▶ [DATA SHOWN]
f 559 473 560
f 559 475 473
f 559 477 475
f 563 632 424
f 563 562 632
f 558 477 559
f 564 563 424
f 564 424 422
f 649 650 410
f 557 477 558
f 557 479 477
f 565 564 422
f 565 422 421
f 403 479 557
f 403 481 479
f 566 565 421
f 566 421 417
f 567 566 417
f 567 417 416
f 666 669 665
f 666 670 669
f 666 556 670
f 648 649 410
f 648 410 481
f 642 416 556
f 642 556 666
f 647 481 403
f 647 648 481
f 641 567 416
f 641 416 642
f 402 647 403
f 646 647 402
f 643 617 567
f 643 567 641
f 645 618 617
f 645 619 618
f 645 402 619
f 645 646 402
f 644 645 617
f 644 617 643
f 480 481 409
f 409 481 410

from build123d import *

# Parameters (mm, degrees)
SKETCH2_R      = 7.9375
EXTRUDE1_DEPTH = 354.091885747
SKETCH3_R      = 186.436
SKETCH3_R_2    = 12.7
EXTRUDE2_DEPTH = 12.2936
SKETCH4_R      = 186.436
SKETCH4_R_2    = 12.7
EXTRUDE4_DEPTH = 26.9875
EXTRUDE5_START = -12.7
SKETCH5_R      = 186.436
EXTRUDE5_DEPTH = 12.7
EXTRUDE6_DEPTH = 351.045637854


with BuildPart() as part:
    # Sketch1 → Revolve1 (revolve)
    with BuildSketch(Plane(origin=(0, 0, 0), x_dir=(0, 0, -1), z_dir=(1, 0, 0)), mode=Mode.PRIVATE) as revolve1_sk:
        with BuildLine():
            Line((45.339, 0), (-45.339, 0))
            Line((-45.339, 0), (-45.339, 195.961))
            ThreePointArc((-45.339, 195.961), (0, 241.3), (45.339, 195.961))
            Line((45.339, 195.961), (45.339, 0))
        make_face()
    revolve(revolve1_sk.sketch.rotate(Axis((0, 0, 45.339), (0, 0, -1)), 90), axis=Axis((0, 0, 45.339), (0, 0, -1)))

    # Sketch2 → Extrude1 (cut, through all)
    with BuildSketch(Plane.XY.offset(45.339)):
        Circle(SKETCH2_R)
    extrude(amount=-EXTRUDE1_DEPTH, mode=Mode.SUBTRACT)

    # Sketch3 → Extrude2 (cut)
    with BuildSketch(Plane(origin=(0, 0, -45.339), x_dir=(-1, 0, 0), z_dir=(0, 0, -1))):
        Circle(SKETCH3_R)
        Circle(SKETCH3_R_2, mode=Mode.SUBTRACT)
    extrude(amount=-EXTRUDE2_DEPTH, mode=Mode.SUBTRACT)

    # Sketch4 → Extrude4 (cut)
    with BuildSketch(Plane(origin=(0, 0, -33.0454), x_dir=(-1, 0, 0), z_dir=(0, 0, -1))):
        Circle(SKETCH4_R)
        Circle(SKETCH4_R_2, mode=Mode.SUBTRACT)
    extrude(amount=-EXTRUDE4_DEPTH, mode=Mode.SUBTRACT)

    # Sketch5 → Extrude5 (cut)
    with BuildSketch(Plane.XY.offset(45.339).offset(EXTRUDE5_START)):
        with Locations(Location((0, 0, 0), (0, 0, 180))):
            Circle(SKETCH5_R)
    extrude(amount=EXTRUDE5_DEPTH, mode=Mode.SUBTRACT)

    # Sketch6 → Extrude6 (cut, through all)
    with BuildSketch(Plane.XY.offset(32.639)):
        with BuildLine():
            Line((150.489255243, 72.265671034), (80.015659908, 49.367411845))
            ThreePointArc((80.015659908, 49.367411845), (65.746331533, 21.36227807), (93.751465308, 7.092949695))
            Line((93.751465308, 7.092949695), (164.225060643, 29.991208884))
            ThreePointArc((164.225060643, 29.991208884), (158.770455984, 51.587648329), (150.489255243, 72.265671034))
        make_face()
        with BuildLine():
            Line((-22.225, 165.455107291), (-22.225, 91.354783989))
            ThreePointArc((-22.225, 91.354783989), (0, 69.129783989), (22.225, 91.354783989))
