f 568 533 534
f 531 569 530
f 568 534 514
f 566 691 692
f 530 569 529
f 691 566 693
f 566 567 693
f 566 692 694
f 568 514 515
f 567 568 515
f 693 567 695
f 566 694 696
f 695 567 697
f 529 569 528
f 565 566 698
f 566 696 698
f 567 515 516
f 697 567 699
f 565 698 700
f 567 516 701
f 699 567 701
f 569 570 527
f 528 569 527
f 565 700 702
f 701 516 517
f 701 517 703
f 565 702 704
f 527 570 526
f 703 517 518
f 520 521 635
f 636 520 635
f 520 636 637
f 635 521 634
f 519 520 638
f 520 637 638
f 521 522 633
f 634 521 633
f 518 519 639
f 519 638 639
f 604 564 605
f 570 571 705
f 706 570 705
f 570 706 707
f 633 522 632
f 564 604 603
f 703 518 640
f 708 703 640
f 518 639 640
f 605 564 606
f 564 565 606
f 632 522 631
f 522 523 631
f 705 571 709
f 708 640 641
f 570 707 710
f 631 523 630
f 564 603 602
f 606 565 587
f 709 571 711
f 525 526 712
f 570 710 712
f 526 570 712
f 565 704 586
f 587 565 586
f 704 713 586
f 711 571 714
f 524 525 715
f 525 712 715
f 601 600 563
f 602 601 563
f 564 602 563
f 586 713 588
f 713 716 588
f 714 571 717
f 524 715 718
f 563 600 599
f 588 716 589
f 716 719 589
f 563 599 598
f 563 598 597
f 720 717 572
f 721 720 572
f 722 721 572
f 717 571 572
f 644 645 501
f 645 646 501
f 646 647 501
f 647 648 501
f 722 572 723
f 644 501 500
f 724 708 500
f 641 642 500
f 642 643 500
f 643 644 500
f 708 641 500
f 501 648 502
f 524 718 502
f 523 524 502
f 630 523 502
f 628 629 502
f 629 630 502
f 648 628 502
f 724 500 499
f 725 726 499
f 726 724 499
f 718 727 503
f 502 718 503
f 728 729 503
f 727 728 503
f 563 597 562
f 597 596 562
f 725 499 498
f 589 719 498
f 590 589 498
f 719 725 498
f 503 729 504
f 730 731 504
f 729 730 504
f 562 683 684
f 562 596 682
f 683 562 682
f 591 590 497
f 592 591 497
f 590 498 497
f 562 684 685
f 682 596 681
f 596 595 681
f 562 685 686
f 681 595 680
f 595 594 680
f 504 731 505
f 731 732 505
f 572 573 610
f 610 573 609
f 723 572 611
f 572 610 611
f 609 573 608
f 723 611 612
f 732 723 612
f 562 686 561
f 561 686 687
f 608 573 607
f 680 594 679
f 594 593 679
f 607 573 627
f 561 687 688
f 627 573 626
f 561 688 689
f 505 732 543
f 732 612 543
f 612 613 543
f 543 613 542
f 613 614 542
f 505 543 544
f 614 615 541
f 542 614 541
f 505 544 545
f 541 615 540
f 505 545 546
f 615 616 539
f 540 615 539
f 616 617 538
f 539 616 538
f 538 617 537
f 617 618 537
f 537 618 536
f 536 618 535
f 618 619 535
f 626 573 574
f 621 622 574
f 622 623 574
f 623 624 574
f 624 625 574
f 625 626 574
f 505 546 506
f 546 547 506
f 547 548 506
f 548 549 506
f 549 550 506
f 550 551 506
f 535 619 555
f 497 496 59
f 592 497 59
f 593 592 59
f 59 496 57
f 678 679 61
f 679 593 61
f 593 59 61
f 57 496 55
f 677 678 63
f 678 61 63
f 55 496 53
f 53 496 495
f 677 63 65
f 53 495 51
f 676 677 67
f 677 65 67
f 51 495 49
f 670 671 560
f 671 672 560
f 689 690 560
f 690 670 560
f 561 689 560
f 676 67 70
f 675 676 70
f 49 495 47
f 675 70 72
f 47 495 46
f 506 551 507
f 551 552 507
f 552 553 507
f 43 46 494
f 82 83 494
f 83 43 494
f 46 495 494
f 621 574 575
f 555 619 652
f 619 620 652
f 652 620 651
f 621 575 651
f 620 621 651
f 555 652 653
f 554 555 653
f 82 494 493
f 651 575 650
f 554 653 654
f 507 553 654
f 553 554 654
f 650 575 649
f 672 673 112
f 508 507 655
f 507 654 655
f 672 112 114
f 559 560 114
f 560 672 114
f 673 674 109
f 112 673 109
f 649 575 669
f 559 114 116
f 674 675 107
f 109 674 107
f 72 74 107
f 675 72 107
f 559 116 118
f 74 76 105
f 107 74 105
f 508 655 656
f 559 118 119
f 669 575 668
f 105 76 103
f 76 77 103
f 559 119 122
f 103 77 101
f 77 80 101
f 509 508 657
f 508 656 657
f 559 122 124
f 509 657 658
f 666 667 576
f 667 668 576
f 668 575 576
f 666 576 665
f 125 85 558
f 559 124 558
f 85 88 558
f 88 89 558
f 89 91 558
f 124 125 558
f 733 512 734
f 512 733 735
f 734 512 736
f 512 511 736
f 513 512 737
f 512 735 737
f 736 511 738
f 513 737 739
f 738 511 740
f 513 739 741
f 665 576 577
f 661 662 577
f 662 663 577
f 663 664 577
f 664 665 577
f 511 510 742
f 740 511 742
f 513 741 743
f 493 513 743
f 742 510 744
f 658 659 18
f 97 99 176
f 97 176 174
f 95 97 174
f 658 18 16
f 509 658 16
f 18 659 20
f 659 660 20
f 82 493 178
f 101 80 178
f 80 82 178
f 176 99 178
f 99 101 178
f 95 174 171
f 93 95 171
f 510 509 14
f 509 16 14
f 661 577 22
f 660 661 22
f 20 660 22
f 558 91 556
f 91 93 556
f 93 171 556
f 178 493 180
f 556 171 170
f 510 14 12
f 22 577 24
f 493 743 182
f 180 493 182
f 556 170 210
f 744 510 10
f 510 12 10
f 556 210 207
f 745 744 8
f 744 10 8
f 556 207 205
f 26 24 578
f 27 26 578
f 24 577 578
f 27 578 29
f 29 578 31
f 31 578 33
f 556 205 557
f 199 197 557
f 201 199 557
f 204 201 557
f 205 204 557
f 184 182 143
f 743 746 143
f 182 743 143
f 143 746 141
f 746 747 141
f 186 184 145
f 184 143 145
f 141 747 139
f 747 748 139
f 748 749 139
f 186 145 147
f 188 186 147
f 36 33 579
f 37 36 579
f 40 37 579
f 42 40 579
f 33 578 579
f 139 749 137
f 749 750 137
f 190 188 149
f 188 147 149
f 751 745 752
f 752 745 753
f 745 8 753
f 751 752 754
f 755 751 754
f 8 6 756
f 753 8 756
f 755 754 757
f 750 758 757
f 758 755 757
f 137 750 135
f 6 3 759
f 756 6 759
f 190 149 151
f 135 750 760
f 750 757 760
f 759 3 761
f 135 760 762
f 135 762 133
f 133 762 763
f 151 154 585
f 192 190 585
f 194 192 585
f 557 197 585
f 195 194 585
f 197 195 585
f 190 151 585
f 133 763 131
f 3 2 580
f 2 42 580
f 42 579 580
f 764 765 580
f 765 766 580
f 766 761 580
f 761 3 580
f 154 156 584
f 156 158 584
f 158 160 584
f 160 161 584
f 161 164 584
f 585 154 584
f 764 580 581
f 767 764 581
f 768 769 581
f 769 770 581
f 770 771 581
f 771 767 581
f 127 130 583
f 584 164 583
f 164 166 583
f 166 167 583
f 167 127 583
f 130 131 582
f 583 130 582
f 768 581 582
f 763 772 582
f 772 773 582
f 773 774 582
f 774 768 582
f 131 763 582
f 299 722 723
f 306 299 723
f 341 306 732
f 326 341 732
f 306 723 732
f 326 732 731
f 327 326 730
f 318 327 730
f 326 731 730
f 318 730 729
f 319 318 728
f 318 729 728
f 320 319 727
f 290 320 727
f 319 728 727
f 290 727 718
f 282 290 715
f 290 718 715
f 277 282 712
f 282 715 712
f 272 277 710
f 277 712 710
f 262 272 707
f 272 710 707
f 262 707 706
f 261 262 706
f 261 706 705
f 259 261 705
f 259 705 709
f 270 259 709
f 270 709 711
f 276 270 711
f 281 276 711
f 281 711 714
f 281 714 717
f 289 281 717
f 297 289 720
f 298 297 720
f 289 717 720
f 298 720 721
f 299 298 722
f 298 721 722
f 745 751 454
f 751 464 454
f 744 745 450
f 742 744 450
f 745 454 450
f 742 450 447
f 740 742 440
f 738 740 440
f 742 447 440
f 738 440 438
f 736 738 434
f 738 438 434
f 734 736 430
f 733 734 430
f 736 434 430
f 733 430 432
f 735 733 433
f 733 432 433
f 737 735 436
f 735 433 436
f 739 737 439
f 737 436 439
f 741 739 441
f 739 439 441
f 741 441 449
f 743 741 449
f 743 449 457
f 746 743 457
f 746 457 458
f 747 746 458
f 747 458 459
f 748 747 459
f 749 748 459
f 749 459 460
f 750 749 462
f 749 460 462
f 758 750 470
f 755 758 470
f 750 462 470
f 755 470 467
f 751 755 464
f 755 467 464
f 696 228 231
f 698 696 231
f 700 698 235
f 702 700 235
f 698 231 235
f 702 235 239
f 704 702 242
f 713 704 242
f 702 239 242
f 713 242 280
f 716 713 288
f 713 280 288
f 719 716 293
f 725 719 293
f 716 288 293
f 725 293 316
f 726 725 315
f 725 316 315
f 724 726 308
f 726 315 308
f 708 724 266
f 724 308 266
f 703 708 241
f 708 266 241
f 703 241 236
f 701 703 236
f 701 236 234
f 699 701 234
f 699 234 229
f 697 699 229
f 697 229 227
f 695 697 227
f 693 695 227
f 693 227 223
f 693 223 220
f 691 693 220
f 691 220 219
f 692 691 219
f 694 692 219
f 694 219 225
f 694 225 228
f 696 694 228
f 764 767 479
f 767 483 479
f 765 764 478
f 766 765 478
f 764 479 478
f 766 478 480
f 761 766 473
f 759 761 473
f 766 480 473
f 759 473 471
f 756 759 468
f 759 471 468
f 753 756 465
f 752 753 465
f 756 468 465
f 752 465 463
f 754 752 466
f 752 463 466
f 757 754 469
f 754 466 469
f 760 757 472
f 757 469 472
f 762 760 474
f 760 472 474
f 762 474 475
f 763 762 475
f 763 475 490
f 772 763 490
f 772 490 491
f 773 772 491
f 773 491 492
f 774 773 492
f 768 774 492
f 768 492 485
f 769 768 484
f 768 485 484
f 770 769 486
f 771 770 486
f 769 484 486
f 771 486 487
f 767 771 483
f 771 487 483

▶ [WORK INSTRUCTIONS] Search the listing above for lines containing "amount", and copy them.

▶ [ANSWER TO THIS TASK]
    extrude(amount=-EXTRUDE1_DEPTH, mode=Mode.SUBTRACT)
    extrude(amount=-EXTRUDE2_DEPTH, mode=Mode.SUBTRACT)
    extrude(amount=-EXTRUDE4_DEPTH, mode=Mode.SUBTRACT)
    extrude(amount=EXTRUDE5_DEPTH, mode=Mode.SUBTRACT)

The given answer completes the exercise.